Stored data
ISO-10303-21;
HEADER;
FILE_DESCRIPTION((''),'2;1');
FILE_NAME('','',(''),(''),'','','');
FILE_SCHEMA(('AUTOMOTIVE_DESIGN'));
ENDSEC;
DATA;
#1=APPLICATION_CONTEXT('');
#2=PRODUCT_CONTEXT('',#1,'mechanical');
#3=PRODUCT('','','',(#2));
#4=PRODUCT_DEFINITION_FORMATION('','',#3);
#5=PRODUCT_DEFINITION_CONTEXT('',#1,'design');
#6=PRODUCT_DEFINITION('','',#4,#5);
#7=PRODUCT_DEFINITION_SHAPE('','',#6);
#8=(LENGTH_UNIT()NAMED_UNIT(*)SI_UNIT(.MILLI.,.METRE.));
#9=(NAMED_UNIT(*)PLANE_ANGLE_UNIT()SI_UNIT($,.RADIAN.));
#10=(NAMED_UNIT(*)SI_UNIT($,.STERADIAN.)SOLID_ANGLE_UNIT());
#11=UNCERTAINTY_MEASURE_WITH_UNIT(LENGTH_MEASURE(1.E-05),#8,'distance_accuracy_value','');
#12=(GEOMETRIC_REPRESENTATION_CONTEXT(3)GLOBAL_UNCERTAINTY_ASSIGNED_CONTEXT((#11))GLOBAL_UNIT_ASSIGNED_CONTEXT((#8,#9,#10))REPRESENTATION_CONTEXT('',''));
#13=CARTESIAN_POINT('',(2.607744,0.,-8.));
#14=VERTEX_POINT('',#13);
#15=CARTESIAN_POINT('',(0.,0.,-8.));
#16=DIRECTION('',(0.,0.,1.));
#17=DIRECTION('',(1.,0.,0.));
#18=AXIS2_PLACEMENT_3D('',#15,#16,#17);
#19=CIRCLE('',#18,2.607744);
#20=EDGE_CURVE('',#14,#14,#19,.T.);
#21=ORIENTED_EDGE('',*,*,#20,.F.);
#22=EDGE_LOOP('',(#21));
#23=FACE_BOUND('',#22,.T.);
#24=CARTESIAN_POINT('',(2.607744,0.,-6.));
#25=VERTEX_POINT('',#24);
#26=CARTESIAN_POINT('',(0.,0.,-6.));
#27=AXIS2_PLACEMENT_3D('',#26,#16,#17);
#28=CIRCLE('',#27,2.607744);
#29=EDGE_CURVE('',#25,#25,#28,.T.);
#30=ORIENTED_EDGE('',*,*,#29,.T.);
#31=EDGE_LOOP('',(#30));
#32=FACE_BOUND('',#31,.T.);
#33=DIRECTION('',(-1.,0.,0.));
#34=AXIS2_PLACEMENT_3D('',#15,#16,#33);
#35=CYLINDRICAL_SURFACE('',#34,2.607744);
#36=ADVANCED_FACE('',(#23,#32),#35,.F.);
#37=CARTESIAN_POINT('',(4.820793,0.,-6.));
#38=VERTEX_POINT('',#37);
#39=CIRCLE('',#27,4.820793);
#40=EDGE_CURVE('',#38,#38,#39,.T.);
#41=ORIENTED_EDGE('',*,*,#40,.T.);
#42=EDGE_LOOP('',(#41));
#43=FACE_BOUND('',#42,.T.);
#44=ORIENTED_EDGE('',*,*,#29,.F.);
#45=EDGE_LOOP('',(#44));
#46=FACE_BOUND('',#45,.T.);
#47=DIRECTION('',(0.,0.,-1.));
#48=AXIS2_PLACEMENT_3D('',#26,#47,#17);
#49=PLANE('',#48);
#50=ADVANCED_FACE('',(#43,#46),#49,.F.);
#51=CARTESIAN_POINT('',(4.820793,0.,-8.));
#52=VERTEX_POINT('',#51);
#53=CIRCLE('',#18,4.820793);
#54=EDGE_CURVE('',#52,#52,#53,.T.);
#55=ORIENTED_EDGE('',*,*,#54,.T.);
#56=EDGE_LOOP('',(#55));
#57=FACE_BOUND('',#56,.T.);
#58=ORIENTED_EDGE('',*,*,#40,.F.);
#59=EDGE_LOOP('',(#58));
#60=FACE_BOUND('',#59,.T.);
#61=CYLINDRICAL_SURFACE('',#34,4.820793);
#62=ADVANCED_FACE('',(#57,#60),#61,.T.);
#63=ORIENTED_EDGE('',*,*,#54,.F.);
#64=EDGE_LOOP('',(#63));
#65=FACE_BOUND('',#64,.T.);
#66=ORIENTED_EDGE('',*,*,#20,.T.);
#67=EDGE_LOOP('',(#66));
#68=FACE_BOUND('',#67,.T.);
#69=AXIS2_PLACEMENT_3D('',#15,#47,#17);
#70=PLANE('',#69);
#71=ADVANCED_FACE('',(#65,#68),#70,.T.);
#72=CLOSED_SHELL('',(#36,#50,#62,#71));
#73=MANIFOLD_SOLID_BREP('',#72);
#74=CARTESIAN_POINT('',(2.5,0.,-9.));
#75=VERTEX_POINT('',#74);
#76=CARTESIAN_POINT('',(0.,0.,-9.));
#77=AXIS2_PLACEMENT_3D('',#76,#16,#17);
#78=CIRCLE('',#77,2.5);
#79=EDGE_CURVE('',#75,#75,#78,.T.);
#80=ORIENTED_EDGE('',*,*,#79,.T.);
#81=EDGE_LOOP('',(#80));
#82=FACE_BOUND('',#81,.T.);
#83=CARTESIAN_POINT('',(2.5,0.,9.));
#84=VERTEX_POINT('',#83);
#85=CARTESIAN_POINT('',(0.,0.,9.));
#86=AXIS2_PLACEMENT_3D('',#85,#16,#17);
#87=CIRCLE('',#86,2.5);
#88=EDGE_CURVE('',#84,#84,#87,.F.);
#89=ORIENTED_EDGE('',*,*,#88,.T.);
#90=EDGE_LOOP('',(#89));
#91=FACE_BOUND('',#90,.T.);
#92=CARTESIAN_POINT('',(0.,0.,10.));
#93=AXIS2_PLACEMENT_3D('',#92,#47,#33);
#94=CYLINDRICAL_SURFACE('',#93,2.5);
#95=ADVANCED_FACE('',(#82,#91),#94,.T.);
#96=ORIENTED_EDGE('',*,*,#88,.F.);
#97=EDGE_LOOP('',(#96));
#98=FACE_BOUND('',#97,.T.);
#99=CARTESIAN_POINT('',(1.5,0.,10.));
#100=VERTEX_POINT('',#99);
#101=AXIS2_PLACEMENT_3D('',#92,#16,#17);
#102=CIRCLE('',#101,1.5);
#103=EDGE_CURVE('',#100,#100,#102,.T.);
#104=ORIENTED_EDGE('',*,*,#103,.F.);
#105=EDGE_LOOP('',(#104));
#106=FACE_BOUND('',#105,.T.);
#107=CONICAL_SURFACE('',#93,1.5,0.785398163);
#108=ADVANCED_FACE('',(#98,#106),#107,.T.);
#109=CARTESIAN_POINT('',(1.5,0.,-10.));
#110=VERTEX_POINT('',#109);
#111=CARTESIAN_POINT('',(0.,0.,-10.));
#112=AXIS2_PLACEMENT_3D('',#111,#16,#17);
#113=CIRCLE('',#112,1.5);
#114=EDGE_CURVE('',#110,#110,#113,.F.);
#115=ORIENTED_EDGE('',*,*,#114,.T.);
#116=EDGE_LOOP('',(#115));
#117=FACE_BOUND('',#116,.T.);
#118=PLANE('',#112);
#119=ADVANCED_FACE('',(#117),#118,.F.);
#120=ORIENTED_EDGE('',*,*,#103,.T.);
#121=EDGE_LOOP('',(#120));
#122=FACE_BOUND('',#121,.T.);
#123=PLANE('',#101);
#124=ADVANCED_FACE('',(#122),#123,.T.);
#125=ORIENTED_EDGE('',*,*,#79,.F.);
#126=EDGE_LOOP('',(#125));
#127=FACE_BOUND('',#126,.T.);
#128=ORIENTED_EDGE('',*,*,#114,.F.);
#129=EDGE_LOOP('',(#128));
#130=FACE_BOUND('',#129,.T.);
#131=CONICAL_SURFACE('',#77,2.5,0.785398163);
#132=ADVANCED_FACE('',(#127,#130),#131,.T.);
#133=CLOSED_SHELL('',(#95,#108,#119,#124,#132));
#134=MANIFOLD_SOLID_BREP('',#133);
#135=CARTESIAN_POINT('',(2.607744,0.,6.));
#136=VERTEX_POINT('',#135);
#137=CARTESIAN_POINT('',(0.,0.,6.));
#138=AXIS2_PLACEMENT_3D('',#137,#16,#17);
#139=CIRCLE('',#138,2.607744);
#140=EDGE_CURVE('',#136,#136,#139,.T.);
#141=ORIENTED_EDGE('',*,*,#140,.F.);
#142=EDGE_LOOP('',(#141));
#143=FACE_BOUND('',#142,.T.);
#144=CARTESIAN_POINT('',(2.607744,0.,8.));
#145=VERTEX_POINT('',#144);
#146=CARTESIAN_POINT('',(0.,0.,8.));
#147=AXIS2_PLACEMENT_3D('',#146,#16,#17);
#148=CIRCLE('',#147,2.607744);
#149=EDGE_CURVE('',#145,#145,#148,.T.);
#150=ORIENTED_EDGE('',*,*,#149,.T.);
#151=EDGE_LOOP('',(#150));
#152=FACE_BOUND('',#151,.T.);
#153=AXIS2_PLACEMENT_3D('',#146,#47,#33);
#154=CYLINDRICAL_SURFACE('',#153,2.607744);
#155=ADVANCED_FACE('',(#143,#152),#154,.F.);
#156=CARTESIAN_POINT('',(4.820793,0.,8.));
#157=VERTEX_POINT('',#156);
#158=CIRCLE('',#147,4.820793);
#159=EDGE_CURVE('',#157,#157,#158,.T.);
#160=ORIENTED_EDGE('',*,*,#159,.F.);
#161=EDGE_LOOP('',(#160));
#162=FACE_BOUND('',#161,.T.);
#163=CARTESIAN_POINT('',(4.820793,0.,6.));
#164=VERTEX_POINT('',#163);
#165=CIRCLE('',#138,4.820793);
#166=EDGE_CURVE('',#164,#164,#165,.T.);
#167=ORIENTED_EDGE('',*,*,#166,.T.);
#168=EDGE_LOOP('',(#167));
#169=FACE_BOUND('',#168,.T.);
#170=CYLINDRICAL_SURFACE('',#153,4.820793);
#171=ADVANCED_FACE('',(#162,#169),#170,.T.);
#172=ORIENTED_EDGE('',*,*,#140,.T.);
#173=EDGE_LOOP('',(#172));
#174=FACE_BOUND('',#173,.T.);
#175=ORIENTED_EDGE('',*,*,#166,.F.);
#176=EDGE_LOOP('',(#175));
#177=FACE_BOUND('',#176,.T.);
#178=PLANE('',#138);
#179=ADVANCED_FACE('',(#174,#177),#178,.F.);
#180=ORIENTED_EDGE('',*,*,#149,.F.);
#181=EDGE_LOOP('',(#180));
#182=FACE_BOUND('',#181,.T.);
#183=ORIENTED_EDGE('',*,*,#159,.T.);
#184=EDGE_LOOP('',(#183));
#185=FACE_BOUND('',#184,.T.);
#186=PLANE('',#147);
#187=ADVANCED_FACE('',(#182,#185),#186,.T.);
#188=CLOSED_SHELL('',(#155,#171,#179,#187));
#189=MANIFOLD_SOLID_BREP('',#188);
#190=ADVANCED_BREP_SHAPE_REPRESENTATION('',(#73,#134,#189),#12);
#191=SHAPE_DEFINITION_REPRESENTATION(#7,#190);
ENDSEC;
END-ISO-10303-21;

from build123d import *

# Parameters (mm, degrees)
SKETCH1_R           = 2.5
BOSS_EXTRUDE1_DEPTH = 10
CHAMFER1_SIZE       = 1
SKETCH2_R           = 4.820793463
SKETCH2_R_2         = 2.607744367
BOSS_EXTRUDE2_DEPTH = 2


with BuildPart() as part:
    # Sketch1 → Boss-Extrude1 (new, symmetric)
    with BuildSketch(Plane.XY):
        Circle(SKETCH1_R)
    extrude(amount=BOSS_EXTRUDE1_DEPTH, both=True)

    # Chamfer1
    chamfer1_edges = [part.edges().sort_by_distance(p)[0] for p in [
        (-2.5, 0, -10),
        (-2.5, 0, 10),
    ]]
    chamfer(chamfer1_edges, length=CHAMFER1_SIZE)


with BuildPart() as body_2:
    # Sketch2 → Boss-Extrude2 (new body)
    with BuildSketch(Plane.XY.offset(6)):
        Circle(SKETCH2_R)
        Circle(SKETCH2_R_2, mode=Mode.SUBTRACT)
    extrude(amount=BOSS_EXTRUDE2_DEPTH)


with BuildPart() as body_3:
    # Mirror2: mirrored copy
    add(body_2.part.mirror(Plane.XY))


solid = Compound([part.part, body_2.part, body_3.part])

* * *

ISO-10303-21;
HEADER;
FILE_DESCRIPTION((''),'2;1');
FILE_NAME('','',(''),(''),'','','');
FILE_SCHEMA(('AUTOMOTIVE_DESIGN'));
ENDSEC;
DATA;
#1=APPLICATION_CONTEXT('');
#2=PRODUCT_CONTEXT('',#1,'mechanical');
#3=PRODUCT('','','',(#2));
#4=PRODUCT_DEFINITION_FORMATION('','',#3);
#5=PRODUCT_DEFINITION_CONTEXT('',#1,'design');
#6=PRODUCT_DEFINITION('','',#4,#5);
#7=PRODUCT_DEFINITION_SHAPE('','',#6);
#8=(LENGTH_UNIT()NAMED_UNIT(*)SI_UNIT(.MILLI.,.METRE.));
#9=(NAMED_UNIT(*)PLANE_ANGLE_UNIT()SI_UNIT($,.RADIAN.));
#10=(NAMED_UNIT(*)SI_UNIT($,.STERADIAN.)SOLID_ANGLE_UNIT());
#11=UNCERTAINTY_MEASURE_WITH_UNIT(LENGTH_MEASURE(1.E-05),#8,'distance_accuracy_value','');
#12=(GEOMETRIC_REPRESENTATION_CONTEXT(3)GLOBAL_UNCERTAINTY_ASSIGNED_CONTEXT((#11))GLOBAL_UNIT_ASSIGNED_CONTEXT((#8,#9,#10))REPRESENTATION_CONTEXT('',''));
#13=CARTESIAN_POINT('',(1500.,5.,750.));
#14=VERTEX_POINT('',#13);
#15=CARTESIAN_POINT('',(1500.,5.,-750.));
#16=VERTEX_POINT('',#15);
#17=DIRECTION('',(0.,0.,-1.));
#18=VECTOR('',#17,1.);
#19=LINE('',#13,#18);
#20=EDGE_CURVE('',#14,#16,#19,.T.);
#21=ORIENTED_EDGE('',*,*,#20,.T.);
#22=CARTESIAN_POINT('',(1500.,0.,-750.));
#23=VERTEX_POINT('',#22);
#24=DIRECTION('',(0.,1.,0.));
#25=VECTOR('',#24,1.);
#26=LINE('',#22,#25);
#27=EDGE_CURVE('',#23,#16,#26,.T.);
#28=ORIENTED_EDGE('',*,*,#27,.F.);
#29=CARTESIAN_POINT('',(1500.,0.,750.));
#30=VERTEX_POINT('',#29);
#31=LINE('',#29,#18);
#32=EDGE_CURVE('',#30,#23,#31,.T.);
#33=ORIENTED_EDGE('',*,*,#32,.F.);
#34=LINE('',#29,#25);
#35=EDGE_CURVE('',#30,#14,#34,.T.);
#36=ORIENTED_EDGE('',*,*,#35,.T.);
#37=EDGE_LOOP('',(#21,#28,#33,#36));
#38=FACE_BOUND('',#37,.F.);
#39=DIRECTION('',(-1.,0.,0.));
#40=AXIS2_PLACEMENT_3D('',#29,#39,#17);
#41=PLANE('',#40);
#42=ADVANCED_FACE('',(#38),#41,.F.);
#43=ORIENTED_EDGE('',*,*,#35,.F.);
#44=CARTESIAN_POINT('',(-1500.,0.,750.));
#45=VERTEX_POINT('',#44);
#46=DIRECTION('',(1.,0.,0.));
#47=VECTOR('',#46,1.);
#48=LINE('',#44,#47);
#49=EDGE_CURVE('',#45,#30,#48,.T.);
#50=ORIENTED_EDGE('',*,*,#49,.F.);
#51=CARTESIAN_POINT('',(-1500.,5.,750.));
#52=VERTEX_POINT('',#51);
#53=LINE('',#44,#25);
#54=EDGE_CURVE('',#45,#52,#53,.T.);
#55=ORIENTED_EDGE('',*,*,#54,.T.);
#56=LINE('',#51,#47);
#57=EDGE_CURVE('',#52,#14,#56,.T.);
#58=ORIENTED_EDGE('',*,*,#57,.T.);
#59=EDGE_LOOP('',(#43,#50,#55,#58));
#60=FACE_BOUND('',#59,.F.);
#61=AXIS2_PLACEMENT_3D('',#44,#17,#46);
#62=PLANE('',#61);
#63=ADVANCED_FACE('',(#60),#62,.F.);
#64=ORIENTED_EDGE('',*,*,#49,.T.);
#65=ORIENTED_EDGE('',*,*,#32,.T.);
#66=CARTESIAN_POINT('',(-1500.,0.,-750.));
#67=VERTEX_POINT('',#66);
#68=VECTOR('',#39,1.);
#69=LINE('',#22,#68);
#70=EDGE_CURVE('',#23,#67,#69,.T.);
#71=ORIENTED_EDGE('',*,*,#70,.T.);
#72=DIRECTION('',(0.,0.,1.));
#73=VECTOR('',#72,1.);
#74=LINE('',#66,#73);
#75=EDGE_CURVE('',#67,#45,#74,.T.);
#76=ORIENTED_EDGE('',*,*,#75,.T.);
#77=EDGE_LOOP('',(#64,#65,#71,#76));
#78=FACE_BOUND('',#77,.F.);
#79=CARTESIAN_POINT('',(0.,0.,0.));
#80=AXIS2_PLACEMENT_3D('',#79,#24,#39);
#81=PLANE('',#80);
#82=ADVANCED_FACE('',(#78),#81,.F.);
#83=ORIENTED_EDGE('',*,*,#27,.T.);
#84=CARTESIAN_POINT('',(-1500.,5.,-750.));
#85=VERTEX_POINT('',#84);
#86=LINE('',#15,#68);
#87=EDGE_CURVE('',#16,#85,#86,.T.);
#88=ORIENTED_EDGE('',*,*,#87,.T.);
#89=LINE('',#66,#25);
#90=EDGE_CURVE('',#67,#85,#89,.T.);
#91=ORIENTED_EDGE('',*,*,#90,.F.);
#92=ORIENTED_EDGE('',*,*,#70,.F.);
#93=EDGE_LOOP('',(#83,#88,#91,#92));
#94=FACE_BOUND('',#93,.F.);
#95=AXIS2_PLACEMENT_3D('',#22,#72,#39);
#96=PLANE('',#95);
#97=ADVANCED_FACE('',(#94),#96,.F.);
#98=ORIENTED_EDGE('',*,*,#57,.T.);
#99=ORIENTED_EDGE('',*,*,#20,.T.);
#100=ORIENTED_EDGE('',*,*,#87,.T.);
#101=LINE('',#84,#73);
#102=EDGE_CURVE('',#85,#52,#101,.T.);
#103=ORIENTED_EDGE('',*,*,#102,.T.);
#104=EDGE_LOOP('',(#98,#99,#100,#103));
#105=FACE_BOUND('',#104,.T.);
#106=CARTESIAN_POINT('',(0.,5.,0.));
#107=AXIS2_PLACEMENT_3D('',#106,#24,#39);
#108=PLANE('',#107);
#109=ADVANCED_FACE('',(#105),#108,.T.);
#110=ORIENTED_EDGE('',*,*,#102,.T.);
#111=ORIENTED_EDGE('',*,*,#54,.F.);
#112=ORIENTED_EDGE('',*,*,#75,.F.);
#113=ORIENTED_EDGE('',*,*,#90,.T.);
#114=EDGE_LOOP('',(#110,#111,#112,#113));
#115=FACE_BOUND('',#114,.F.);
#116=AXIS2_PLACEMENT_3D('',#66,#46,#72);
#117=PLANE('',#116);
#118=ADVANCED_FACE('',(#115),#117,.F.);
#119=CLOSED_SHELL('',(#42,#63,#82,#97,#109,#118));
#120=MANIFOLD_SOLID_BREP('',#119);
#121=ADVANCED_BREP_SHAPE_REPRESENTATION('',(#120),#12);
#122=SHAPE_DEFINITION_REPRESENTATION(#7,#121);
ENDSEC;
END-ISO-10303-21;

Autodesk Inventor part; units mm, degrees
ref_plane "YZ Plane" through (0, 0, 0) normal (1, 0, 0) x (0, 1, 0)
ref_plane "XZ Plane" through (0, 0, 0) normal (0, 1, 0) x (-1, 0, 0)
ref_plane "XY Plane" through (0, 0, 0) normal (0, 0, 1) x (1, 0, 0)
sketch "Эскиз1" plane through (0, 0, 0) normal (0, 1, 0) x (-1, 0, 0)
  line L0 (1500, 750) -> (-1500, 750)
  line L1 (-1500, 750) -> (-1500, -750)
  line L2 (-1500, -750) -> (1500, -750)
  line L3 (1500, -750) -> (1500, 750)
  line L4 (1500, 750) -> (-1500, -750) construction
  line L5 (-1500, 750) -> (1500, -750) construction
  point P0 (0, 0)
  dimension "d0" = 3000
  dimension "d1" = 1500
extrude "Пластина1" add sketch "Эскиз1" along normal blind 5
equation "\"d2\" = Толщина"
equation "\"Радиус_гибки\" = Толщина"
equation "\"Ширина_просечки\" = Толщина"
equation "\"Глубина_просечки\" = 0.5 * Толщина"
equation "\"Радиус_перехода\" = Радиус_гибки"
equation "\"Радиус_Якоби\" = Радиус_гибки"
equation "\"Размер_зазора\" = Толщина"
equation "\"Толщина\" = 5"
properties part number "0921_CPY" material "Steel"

**WORK REQUIRED:** An exact copy of the lines above between the line holding "#77=AXIS2_PLACEMENT_3D('',#76,#16,#17);" and the line holding "#92=CARTESIAN_POINT('',(0.,0.,10.));", inclusive, is the whole answer.

**RESPONSE TO THE EXERCISE:**
#77=AXIS2_PLACEMENT_3D('',#76,#16,#17);
#78=CIRCLE('',#77,2.5);
#79=EDGE_CURVE('',#75,#75,#78,.T.);
#80=ORIENTED_EDGE('',*,*,#79,.T.);
#81=EDGE_LOOP('',(#80));
#82=FACE_BOUND('',#81,.T.);
#83=CARTESIAN_POINT('',(2.5,0.,9.));
#84=VERTEX_POINT('',#83);
#85=CARTESIAN_POINT('',(0.,0.,9.));
#86=AXIS2_PLACEMENT_3D('',#85,#16,#17);
#87=CIRCLE('',#86,2.5);
#88=EDGE_CURVE('',#84,#84,#87,.F.);
#89=ORIENTED_EDGE('',*,*,#88,.T.);
#90=EDGE_LOOP('',(#89));
#91=FACE_BOUND('',#90,.T.);
#92=CARTESIAN_POINT('',(0.,0.,10.));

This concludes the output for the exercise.